Betapa lega hatiku ketika mataku mengintip ke lantai atas, melihat jendela lantai 2 terbuka. Yup, jendelanya terbuka dan itu berarti setara dengan ide bagus, sialnya jendelanya ada di lantai dua yang artinya aku harus membawa badanku naik ke balkon.
Saat ini, aku berharap aku bisa terbang seperti Superman, Ironman, spiderman, atau siapa sajalah, tetapi kenyataannya aku tidak punya sayap, baju besi, atau jaring laba-laba. Intinya aku harus mencari cara lain untuk naik ke balkon lantai 2.
Kepalaku benar-benar blank untuk beberapa saat. Tetapi, hatiku menjadi lega ketika melihat tangga yang bersandar di dinding rumah tetangga. Aku segera menge-bel rumah di sebelah, meminta izin untuk meminjam tangganya, dan untung saja, setelah mendengarkan ceritaku, mereka dengan senang hati meminjamiku tangga.
Intinya aku segera memanjat tangga, lalu masuk ke dalam jendela. Mengendap-endap seperti maling di siang bolong. Tunggu-tunggu apa aku diperkenankan untuk melakukan hal selancang ini?
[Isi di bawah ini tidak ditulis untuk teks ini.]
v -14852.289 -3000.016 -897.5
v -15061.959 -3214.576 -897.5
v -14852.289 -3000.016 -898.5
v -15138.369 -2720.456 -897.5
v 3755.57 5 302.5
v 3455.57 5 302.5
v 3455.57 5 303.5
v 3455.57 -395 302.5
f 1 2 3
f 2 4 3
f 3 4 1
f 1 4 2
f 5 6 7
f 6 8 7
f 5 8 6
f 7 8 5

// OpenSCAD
module excavator001()
{


translate([-6226.5789829932, 1720.6341386565, -297.5000000000]) {
	rotate(a=180, v=[1.0000000000, 0.0000000000, 0.0]) {
		 color( "Blue", a=0.5 )
 polyhedron(
 points=[
 [-8625.71, 4720.65, 600.0],
 [-8625.71, 4720.65, 601.0],
 [-8835.38, 4935.21, 600.0],
 [-8911.79, 4441.09, 600.0]],
 faces=[[0,1,2],[0,3,1],[0,2,3],[1,3,2]]);
	//	import("STL/boom.stl");
	}
}

translate(v = [0.0000000000, 0.0000000000, 0.0000000000]) {
	rotate(a = 0.0000000000, v = [1.0000000000, 0.0000000000, 0.0000000000]) {
		 color( "Red", a=0.5 )
 polyhedron(
 points=[
 [3455.57,    5.00, 302.5],
 [3455.57,    5.00, 303.5],
 [3755.57,    5.00, 302.5],
 [3455.57, -395.00, 302.5]],
 faces=[[0,1,2],[0,3,1],[0,2,3],[1,3,2]]);
	//	import("STL/boom_ex_375.stl");
	}
}
}

excavator001();
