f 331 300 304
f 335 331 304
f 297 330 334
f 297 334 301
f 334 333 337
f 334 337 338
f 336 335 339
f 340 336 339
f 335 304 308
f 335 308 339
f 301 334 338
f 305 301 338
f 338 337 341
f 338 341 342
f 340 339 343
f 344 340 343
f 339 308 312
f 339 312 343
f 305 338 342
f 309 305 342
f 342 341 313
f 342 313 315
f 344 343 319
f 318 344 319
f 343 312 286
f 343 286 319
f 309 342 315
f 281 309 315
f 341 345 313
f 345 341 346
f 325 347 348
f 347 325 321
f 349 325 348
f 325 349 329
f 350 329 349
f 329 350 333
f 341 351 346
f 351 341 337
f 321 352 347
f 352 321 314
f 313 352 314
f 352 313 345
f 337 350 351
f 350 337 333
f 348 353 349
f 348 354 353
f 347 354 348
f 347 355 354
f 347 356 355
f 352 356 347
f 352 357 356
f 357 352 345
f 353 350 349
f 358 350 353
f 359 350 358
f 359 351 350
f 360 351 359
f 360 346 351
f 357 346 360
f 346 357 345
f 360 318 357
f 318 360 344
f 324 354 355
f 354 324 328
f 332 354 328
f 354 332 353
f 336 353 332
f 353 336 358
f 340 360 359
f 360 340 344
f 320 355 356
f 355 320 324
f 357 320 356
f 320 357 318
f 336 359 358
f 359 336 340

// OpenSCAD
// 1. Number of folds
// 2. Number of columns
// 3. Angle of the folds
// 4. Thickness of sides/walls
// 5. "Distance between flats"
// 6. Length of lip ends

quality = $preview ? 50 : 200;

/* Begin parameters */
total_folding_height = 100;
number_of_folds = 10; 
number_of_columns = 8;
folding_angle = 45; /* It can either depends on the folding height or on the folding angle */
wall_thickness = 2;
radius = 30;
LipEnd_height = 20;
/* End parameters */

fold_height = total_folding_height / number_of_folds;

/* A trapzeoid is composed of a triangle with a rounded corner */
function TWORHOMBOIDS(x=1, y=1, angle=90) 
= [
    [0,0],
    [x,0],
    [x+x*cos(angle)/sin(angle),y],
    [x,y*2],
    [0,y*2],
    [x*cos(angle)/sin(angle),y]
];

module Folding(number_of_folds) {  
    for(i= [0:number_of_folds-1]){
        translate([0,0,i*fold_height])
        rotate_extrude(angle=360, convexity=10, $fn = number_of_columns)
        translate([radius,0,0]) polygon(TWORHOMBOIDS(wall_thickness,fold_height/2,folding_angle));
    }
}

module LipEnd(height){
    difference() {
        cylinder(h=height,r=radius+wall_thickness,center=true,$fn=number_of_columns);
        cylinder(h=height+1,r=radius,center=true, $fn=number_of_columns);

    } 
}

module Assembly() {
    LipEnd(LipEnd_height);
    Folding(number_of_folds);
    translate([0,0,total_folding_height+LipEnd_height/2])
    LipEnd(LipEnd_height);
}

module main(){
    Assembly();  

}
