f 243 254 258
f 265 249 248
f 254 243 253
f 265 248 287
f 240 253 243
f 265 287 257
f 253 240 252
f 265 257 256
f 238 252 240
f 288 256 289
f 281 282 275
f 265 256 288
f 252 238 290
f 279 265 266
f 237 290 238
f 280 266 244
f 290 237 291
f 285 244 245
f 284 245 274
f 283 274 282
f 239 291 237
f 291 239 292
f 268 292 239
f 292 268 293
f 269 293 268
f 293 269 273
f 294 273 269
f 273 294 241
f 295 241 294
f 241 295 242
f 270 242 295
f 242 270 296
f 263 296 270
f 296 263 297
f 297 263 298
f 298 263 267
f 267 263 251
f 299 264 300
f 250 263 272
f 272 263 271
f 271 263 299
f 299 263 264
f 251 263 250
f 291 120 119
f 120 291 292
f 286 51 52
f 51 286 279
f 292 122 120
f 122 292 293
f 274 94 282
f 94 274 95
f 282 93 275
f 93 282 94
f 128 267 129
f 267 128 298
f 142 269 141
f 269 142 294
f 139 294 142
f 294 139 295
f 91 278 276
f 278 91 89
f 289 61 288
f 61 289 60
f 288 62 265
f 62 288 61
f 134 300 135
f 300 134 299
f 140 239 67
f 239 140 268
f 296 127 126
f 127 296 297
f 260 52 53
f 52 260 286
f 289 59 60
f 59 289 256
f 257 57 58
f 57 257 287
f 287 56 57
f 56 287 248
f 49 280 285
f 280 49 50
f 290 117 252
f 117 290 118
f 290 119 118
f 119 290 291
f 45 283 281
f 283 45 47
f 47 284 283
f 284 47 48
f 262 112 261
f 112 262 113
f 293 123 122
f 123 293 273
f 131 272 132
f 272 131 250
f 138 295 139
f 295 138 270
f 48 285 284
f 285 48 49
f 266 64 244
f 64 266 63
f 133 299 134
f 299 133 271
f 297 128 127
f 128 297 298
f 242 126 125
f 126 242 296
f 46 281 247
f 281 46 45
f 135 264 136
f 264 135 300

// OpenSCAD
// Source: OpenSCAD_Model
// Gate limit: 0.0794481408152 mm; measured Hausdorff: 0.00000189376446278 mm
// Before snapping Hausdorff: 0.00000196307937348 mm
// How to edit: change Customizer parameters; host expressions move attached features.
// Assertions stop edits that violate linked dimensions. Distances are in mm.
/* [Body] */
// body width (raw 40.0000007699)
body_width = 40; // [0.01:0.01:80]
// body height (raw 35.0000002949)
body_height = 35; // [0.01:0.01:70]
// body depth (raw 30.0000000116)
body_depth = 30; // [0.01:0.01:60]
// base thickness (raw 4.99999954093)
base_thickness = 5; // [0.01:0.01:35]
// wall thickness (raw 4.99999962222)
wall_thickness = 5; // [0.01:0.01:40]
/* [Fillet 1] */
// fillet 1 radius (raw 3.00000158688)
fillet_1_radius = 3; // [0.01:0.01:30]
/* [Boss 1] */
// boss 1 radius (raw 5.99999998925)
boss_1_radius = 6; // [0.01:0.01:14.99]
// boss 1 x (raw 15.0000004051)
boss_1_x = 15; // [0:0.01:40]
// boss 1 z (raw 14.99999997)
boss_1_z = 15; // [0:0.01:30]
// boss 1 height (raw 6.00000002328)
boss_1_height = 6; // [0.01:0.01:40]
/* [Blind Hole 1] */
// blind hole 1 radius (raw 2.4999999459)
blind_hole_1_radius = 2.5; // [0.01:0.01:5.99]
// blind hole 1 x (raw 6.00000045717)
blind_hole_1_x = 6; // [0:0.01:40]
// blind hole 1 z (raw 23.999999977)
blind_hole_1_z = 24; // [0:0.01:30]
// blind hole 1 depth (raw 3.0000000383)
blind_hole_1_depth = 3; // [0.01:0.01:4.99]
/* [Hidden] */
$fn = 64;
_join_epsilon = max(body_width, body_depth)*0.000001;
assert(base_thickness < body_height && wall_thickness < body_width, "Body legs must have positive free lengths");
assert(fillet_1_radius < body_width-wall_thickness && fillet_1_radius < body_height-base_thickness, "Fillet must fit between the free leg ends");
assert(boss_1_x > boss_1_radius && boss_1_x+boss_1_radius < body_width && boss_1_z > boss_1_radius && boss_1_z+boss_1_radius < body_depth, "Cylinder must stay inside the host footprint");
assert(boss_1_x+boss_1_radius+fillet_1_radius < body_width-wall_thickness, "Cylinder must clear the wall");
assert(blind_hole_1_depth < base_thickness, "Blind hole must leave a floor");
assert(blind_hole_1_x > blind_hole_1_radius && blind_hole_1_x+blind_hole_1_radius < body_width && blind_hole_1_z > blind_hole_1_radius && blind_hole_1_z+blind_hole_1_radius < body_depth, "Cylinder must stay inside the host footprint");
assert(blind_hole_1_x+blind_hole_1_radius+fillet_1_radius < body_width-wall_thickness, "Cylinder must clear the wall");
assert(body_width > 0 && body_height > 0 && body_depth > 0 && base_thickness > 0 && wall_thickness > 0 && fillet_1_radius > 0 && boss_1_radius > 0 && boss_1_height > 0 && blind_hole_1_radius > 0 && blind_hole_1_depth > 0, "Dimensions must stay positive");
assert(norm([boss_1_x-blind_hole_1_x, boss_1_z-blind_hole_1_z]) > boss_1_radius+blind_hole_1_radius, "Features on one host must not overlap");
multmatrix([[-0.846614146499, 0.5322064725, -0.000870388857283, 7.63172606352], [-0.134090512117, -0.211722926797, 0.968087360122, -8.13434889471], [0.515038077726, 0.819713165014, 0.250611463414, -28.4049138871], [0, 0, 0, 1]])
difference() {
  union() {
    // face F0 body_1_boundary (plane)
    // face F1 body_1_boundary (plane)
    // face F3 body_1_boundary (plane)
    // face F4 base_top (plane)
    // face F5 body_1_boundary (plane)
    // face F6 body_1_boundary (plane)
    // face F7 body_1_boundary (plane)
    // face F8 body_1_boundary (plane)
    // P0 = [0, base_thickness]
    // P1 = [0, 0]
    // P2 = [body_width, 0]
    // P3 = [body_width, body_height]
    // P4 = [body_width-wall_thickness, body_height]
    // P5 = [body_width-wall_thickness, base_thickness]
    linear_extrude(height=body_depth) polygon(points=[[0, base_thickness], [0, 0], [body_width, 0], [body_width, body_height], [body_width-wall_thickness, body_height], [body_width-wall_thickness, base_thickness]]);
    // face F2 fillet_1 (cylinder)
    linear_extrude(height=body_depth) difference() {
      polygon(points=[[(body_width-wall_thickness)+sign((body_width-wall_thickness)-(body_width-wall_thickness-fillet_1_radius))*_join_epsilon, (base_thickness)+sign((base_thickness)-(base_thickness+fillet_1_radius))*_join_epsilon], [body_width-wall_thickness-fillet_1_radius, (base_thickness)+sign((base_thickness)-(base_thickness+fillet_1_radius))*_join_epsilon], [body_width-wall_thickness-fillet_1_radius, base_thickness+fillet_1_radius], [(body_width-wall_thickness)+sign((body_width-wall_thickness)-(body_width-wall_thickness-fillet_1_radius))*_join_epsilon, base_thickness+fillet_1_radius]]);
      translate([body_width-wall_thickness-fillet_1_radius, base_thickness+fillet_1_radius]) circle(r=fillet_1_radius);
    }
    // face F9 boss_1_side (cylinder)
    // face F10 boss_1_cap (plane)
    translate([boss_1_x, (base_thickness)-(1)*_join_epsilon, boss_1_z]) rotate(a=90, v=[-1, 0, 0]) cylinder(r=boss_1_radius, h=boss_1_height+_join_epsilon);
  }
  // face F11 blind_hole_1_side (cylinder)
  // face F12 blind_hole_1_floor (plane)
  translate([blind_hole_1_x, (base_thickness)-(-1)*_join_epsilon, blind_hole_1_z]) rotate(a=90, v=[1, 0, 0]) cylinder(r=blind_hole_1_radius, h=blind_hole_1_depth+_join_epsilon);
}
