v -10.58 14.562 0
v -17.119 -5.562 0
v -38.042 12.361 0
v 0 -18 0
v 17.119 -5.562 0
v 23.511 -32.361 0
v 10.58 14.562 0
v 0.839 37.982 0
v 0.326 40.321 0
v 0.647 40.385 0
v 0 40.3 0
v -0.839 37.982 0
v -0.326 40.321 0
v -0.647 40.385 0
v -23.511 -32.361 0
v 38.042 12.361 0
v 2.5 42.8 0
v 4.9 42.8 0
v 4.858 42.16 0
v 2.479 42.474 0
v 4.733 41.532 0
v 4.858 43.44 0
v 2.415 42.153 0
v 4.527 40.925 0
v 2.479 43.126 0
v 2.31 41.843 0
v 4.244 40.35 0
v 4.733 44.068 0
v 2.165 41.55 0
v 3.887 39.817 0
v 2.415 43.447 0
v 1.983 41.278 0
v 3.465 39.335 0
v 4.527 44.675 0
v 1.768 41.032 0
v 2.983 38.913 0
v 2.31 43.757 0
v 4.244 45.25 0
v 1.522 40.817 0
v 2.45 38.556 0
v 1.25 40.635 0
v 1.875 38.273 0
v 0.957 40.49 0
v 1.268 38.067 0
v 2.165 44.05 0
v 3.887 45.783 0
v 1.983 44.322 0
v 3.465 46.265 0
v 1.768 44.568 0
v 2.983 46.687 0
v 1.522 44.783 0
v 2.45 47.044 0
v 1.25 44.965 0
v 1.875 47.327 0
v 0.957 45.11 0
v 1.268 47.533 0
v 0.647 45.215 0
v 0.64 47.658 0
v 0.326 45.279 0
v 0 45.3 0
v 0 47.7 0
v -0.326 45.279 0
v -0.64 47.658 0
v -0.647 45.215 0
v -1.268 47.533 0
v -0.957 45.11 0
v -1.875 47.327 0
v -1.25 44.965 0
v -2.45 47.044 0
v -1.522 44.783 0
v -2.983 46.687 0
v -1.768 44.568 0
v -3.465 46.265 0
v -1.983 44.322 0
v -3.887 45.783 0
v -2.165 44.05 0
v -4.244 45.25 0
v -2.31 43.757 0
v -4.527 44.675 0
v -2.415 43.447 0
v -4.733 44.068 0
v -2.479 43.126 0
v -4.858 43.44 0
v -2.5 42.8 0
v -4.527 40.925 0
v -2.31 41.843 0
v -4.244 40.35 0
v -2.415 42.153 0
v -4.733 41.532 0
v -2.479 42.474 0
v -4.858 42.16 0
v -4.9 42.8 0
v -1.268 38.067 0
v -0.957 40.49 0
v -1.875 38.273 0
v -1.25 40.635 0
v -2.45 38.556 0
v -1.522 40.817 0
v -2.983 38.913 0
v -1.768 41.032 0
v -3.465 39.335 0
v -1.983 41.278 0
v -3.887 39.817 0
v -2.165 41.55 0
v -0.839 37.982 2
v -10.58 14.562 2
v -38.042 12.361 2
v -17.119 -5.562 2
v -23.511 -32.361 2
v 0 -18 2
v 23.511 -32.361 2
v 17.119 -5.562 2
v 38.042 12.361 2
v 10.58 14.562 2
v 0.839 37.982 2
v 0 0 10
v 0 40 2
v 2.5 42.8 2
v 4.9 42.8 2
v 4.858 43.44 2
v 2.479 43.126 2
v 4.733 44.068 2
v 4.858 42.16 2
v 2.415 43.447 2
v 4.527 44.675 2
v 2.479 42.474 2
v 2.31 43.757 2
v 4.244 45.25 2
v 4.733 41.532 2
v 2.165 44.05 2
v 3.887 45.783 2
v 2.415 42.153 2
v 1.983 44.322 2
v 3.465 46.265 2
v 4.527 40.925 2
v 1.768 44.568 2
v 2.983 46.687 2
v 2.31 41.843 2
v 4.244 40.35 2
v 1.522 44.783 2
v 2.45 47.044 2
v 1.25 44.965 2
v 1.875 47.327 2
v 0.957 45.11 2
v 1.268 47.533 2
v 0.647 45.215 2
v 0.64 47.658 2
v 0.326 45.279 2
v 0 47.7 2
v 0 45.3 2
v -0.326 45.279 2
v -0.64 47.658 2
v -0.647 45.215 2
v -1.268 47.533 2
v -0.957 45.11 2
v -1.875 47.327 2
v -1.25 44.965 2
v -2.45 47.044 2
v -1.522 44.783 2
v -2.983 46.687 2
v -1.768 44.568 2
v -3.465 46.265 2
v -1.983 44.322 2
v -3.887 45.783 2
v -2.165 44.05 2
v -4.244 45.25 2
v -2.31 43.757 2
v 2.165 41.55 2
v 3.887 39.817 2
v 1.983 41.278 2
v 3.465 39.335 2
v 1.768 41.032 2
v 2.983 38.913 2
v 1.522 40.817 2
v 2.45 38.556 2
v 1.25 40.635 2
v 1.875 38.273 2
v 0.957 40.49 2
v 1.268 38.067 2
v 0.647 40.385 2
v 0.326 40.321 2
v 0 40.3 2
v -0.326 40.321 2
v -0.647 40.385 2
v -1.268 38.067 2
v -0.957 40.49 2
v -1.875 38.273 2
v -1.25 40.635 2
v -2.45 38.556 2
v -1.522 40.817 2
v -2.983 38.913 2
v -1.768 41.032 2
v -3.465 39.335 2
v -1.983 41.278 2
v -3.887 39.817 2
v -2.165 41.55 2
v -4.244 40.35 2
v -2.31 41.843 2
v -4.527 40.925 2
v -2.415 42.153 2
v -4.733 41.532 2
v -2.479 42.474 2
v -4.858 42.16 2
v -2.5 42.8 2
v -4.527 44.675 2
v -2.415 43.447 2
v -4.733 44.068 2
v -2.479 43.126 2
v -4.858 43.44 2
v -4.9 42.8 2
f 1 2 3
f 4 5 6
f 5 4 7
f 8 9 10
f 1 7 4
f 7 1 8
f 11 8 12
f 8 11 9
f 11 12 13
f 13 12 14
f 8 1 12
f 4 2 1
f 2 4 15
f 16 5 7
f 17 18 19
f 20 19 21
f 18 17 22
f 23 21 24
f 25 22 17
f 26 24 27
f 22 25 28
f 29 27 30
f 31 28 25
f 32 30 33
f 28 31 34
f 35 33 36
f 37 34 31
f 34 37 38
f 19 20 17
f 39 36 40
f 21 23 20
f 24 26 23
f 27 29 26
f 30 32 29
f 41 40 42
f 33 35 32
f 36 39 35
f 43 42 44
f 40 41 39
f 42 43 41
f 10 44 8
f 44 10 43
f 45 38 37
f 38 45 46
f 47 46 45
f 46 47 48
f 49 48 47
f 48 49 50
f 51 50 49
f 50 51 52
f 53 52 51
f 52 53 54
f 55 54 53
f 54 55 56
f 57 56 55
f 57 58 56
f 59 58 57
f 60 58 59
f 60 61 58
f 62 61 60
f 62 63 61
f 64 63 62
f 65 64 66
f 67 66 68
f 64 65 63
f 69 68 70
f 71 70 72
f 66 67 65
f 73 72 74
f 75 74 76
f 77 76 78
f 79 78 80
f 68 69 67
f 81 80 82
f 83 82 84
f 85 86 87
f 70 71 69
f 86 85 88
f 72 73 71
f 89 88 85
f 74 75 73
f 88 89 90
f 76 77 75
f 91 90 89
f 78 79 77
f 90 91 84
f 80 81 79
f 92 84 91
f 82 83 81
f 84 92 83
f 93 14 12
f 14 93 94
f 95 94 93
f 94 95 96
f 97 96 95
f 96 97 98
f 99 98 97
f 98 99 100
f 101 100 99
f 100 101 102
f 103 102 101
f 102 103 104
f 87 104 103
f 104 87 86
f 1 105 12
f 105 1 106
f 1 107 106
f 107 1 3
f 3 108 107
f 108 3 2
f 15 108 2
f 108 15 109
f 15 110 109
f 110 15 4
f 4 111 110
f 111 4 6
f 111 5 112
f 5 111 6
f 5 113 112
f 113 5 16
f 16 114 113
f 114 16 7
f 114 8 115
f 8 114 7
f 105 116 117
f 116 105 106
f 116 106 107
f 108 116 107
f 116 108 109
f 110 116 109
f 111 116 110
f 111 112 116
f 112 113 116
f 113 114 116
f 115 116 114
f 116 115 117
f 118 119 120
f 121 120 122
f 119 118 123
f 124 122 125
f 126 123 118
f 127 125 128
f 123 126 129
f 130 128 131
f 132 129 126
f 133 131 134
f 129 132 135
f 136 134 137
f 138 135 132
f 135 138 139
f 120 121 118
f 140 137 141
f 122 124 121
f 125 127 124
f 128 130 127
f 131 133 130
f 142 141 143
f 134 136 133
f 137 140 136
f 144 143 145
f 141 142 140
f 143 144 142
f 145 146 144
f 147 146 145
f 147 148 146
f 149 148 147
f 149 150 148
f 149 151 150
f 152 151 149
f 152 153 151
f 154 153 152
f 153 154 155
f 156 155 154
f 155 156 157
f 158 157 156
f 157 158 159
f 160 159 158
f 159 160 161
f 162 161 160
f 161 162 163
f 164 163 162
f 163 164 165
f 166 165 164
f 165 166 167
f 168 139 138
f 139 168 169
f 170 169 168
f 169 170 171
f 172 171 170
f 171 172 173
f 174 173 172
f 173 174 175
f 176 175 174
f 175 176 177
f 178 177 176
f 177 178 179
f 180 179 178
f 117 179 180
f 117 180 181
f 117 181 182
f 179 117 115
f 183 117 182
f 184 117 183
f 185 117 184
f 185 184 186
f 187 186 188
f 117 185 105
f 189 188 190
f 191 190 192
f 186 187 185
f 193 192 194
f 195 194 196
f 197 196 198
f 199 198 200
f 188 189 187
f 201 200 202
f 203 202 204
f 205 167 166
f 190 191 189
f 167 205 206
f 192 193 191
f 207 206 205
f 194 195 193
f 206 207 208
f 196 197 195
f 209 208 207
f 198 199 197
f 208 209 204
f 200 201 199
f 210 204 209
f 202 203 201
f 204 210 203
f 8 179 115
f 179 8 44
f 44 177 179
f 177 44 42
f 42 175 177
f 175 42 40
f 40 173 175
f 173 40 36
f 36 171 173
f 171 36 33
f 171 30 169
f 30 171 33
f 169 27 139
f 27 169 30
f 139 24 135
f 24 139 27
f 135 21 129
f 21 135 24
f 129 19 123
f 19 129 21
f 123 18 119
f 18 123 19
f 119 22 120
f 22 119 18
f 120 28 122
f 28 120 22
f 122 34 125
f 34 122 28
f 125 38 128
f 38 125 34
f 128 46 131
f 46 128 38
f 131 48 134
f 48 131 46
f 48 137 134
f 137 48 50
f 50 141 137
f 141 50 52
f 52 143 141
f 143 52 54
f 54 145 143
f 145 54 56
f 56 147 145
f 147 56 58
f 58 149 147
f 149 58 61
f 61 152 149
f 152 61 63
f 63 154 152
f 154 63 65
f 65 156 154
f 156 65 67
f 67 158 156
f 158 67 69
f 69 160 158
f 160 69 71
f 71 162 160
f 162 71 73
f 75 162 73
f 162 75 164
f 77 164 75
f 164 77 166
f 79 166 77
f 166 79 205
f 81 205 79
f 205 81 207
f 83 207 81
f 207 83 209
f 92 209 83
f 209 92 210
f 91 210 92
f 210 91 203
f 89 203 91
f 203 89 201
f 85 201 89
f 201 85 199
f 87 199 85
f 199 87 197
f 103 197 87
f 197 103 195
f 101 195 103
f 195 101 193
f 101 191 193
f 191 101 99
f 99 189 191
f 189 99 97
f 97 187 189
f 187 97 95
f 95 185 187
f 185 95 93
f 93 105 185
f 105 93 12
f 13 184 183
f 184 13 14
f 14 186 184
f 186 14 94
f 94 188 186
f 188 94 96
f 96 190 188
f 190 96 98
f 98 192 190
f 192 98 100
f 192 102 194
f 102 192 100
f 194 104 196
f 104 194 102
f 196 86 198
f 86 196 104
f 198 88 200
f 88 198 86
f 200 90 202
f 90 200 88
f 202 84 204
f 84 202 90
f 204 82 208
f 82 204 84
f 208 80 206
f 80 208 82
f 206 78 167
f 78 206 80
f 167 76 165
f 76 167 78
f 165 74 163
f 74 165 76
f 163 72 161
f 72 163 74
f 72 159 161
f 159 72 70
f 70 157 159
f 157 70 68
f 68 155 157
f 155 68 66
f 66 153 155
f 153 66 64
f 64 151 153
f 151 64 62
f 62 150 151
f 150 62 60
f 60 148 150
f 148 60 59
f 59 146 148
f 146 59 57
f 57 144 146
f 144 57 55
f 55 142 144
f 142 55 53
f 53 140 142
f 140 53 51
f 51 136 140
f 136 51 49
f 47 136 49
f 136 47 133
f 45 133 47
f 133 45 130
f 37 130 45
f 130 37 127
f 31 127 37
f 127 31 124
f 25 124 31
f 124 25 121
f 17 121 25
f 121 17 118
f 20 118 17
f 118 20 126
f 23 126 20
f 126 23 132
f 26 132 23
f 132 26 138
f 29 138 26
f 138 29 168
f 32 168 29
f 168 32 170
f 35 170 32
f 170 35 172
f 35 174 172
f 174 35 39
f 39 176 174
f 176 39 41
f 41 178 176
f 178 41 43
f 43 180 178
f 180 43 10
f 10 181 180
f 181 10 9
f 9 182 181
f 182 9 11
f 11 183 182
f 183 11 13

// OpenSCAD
// ── ESTRELA FACETADA PARA PENDURAR ──
// Estrela de N pontas com a frente em bico (facetas até ao centro) e as costas planas, para
// imprimir deitada sem suportes. Leva uma argola na ponta de cima para o fio.
// A mesma conta está em Maker_Pro_Frontend_Prod/lib/decoracao.ts (pré-visualização).
//
// Parâmetros: pontas, raio (mm, ponta), interior (% do raio), altura_relevo, base (mm),
//   argola (true/false), diametro_argola (furo, mm)

function _np() = is_undef(pontas) ? 5 : max(3, round(pontas));
function _R()  = is_undef(raio) ? 40 : raio;
function _ri() = _R() * (is_undef(interior) ? 45 : interior) / 100;
function _hr() = is_undef(altura_relevo) ? 8 : altura_relevo;
function _b()  = is_undef(base) ? 2 : base;
function _arg() = is_undef(argola) || argola == true || argola == 1;
function _da() = is_undef(diametro_argola) ? 5 : diametro_argola;

function _pt(i, z) = let(a = 90 + i * 180 / _np(), r = (i % 2 == 0) ? _R() : _ri()) [r * cos(a), r * sin(a), z];

module estrela() {
    M = 2 * _np();
    pts = concat([for (i = [0 : M - 1]) _pt(i, 0)], [for (i = [0 : M - 1]) _pt(i, _b())],
                 [[0, 0, 0], [0, 0, _b() + _hr()]]);
    C = 2 * M; A = C + 1;
    faces = concat(
        [for (i = [0 : M - 1]) [C, (i + 1) % M, i]],                                         // costas
        [for (i = [0 : M - 1], t = [[i, (i + 1) % M, M + (i + 1) % M], [i, M + (i + 1) % M, M + i]]) t],   // lados
        [for (i = [0 : M - 1]) [A, M + i, M + (i + 1) % M]]                                  // facetas
    );
    polyhedron(points = pts, faces = [for (f = faces) [f[2], f[1], f[0]]], convexity = 3);
}

module argola() {
    ri = _da() / 2; ro = ri + 2.4;
    translate([0, _R() + ri + 0.3, 0])
        linear_extrude(height = max(_b(), 2))
            difference() { circle(r = ro, $fn = 48); circle(r = ri, $fn = 48); }
}

union() {
    estrela();
    if (_arg()) argola();
}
Pikiranku mengingatkanku pada perkataan Steven ketika pertama kali aku datang ke tempatnya. Hindari tangga, jangan pernah masuk ke lantai 2. Tetapi, dalam kondisi seperti ini, kuharap ia tidak terlalu mengingat peraturan itu.
Aku bukan Belle yang begitu penasaran masuk ke West Wing karena dilarang oleh Beast seperti pada film Beauty and the Beast. Aku tidak se-kepo itu ingin tahu masalah orang, tapi kuharap Steven juga mengerti mengapa aku melakukannya. Aku tidak mau diusir di tengah salju, lalu menjadi makanan serigala seperti di film kartun itu.
"Pak?" panggilku perlahan-lahan. "Pak Steven?" lanjutku seraya mencari sosoknya kesana kemari. Aku tidak tahu di mana aku berada. Tetapi, sepertinya ini kamar tidurnya. Aku segera mencari Steven, dengan harapan aku menjumpainya masih bernafas. Aku tidak berharap menemui mayat siang hari ini.
"Pak," panggilku sekali lagi dan aku mulai mencarinya walaupun pandanganku tertuju pada sebuah foto besar yang terpasang di dinding. Foto wajah 3 manusia, seorang pria paruh baya, seorang anak remaja lelaki yang kuyakini adalah Steven muda, dan seorang wanita.
Aku tidak pernah mendengar cerita apapun tentang keluarganya. Apa Steven memiliki seorang kakak? Atau jangan-jangan, perempuan itu adalah mantan kekasihnya? Entahlah, tapi jika dugaanku benar, seleranya tidak buruk. Karena wajah perempuan itu benar-benar sangat cantik, anggun, memesona.